Source of WA	Canonical system	Shape
LSM merging	Husky, RocksDB	Amortized `~log(N) / B` rewrites per byte
SSD erase-block	Any flash-backed store	Page-level-rewrite on sub-page update
Replication / EC	Magic Pocket, S3	`(k + m) / k` or `N / 1` multiplier
Compaction in immutable stores	Magic Pocket, Husky	Live bytes rewritten once per reclaim of their containing unit
Write-path layers	Replicated-then-re-encoded writes	One rewrite per intermediate tier
Multi-namespace / multi-index	Netflix Graph Abstraction	3+ logical writes per edge mutation

Design knobs that move WA¶

Choose a write path that skips a rewrite tier — Magic Pocket's Live Coder → direct EC writes (removed one rewrite); inline EC in S3 ShardStore.
Size reclaimable units to the workload — bigger units reduce per-byte compaction WA but increase reclamation latency.
Delay compaction until efficient-enough — Husky's lazy compaction is an order of magnitude cheaper than eager size-tiering.
Pick reclamation mechanism per segment — L1/L2 keep blobs under the same volume identity (low metadata WA); L3 rewrites into new volumes (high per-blob metadata WA, low per-reclaimed- volume total).

Relation to overhead¶

WA and storage overhead are orthogonal cost axes:

WA is a per-write rewrite cost — pays in I/O, compute, flash wear, CPU, metadata writes.
Overhead is a capacity-holding cost — pays in hardware fleet size.

The two interact at the compaction layer: compaction causes WA (rewrites live data) in order to reduce overhead. Picking a compaction strategy picks a trade between the two.

Seen in¶

sources/2026-04-02-dropbox-magic-pocket-storage-efficiency-compaction — explicit "reduced write amplification for background writes" as the Live Coder's original design goal; compaction's rewrite WA as the cost side of the reclamation trade.
sources/2024-03-06-highscalability-behind-aws-s3s-massive-scale — Kozlovski names ShardStore's shard-data-stored-outside-the-tree design choice as an explicit write-amplification optimization: the LSM tree moves small metadata entries during compaction, not the large shard payloads that would otherwise rewrite-amplify proportional to compaction frequency.
sources/2026-06-01-databricks-debunking-8-data-layout-myths-why-liquid-clustering-outperfo — Names Z-Ordering's "unnecessary rewrites" as an explicit write-amplification failure mode: "each rerun rewrites large amounts of old, possibly already- clustered data to restore clustering quality.
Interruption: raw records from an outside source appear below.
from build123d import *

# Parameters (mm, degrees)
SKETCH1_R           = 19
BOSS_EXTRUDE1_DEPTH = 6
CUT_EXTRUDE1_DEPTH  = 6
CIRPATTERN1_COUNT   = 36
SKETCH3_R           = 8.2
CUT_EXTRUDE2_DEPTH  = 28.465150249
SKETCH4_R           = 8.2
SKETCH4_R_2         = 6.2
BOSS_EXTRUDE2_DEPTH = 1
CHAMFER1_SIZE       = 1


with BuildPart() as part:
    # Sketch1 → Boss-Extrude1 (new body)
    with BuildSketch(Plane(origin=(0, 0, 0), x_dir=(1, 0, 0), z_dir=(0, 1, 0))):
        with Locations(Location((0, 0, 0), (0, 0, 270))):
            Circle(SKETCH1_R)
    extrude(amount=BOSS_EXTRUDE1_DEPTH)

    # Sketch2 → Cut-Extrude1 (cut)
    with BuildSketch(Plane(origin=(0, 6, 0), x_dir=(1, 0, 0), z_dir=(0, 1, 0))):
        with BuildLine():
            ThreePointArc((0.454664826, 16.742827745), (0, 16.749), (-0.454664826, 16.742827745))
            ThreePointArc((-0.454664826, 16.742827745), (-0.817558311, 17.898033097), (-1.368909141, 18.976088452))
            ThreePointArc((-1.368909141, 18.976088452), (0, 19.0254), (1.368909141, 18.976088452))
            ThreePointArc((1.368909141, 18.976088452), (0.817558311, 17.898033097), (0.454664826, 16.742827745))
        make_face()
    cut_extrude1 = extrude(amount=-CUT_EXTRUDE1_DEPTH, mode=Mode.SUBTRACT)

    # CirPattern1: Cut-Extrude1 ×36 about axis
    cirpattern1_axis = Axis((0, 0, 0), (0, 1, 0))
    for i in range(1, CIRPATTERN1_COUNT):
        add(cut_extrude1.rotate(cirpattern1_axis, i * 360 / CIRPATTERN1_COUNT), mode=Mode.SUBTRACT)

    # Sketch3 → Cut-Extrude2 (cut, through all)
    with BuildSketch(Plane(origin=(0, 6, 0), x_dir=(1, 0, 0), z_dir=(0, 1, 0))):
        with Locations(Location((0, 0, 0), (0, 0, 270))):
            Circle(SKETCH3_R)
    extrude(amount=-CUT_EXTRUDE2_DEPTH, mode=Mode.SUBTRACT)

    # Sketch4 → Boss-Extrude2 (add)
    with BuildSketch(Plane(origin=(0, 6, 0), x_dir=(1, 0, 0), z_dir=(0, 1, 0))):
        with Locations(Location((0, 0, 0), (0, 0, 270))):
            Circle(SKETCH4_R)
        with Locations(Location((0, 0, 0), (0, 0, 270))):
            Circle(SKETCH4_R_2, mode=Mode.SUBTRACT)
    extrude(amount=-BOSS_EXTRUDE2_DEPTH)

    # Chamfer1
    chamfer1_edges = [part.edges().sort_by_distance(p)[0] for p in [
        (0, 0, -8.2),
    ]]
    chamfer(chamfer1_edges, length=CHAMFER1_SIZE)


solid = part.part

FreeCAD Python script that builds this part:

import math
import FreeCAD as App
import Part
import Sketcher

V = App.Vector
Q = App.Units.Quantity


def edges_at(feature, points):
    """Names of the edges that pass closest to the given points."""
    edges = feature.Shape.Edges
    near = lambda p: min(range(len(edges)), key=lambda i: edges[i].distToShape(Part.Vertex(*p))[0])
    return sorted({f"Edge{near(p) + 1}" for p in points})

doc = App.newDocument("Part")
params = doc.addObject("Spreadsheet::Sheet", "Params")
for row, (alias, value) in enumerate([
    ("sketch1_diameter", "38 mm"),
    ("pad1_length", "6 mm"),
    ("sketch2_radius", "7.2 mm"),
    ("pocket1_length", "6 mm"),
    ("sketch3_diameter", "16.4 mm"),
    ("sketch4_diameter", "16.4 mm"),
    ("sketch4_diameter2", "12.4 mm"),
    ("pad2_length", "1 mm"),
    ("chamfer_size", "1 mm"),
], start=1):
    params.set(f"A{row}", alias)
    params.set(f"B{row}", "=" + value)
    params.setAlias(f"B{row}", alias)

body = doc.addObject("PartDesign::Body", "Body")

# Sketch on XZ plane
sketch1 = body.newObject("Sketcher::SketchObject", "Sketch")
sketch1.AttachmentSupport = (doc.getObject("XZ_Plane"), [""])
sketch1.MapMode = "FlatFace"
sketch1.addGeometry(Part.Circle(V(0, 0, 0), V(0, 0, 1), 19), False)
sketch1.addConstraint([
    Sketcher.Constraint("Coincident", 0, 3, -1, 1),
    Sketcher.Constraint("Diameter", 0, Q("38 mm")),
])
sketch1.setExpression("Constraints[1]", "Params.sketch1_diameter")
pad1 = body.newObject("PartDesign::Pad", "Pad")
pad1.Profile = sketch1
pad1.setExpression("Length", "Params.pad1_length")
pad1.Reversed = True

# Sketch on XZ plane
sketch2 = body.newObject("Sketcher::SketchObject", "Sketch001")
sketch2.AttachmentSupport = (doc.getObject("XZ_Plane"), [""])
sketch2.MapMode = "FlatFace"
sketch2.AttachmentOffset = App.Placement(V(0, 0, -6), App.Rotation())
sketch2.addGeometry([
    Part.ArcOfCircle(Part.Circle(V(0, 0, 0), V(0, 0, 1), 16.7), math.radians(-91.56), math.radians(-88.44)),
    Part.ArcOfCircle(Part.Circle(V(7.5, -15.2, 0), V(0, 0, 1), 7.2), math.radians(-167.38), math.radians(-148.09)),
    Part.ArcOfCircle(Part.Circle(V(0, 0, 0), V(0, 0, 1), 19), math.radians(-94.13), math.radians(-85.87)),
    Part.ArcOfCircle(Part.Circle(V(-7.5, -15.2, 0), V(0, 0, 1), 7.2), math.radians(-31.91), math.radians(-12.62)),
], False)
sketch2.addConstraint([
    Sketcher.Constraint("Coincident", 0, 2, 1, 1),
    Sketcher.Constraint("Coincident", 1, 2, 2, 2),
    Sketcher.Constraint("Coincident", 2, 1, 3, 1),
    Sketcher.Constraint("Coincident", 3, 2, 0, 1),
    Sketcher.Constraint("Coincident", 0, 3, -1, 1),
    Sketcher.Constraint("Coincident", 2, 3, -1, 1),
    Sketcher.Constraint("Equal", 1, 3),
    Sketcher.Constraint("Symmetric", 1, 3, 3, 3, -2),
    Sketcher.Constraint("Radius", 1, Q("7.2 mm")),
    Sketcher.Constraint("Radius", 0, Q("16.749 mm")),
    Sketcher.Constraint("Radius", 2, Q("19.0254 mm")),
    Sketcher.Constraint("DistanceX", -1, 1, 1, 3, Q("7.480829 mm")),
    Sketcher.Constraint("DistanceX", -1, 1, 1, 2, Q("1.368909 mm")),
])
sketch2.setExpression("Constraints[8]", "Params.sketch2_radius")
pocket1 = body.newObject("PartDesign::Pocket", "Pocket")
pocket1.Profile = sketch2
pocket1.setExpression("Length", "Params.pocket1_length")
pocket1.Reversed = True
doc.recompute()

polarpattern = body.newObject("PartDesign::PolarPattern", "PolarPattern")
polarpattern.Originals = [pocket1]
polarpattern.Axis = (doc.getObject("Y_Axis"), [""])
polarpattern.Angle = 360
polarpattern.Occurrences = 36
body.Tip = polarpattern

# Sketch on XZ plane
sketch3 = body.newObject("Sketcher::SketchObject", "Sketch002")
sketch3.AttachmentSupport = (doc.getObject("XZ_Plane"), [""])
sketch3.MapMode = "FlatFace"
sketch3.AttachmentOffset = App.Placement(V(0, 0, -6), App.Rotation())
sketch3.addGeometry(Part.Circle(V(0, 0, 0), V(0, 0, 1), 8), False)
sketch3.addConstraint([
    Sketcher.Constraint("Coincident", 0, 3, -1, 1),
    Sketcher.Constraint("Diameter", 0, Q("16.4 mm")),
])
sketch3.setExpression("Constraints[1]", "Params.sketch3_diameter")
pocket2 = body.newObject("PartDesign::Pocket", "Pocket001")
pocket2.Profile = sketch3
pocket2.Type = "ThroughAll"
pocket2.Reversed = True

# Sketch on XZ plane
sketch4 = body.newObject("Sketcher::SketchObject", "Sketch003")
sketch4.AttachmentSupport = (doc.getObject("XZ_Plane"), [""])
sketch4.MapMode = "FlatFace"
sketch4.AttachmentOffset = App.Placement(V(0, 0, -6), App.Rotation())
sketch4.addGeometry([
    Part.Circle(V(0, 0, 0), V(0, 0, 1), 8),
    Part.Circle(V(0, 0, 0), V(0, 0, 1), 6),
], False)
sketch4.addConstraint([
    Sketcher.Constraint("Coincident", 0, 3, -1, 1),
    Sketcher.Constraint("Coincident", 1, 3, -1, 1),
    Sketcher.Constraint("Diameter", 0, Q("16.4 mm")),
    Sketcher.Constraint("Diameter", 1, Q("12.4 mm")),
])
sketch4.setExpression("Constraints[2]", "Params.sketch4_diameter")
sketch4.setExpression("Constraints[3]", "Params.sketch4_diameter2")
pad2 = body.newObject("PartDesign::Pad", "Pad001")
pad2.Profile = sketch4
pad2.setExpression("Length", "Params.pad2_length")
doc.recompute()

chamfer = body.newObject("PartDesign::Chamfer", "Chamfer")
chamfer.Base = (pad2, edges_at(pad2, [(0, 0, -8.2)]))
chamfer.setExpression("Size", "Params.chamfer_size")

doc.recompute()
With continuous ingestion, the cost of keeping data well-clustered with Z-Order grows along with the table." The cost geometry is structurally pathological — rewrite cost grows with table size, not with new-data volume, so per-cycle cost diverges as the table grows. Incremental clustering on write is the canonicalised mitigation pattern: bound maintenance cost to incremental work (proportional to new data) rather than table state (proportional to table size). This makes Z-Order's structural critique a wiki-canonical instance of write amplification at the lakehouse table-layout altitude — distinct from but architecturally adjacent to the LSM / replication / SSD instances above.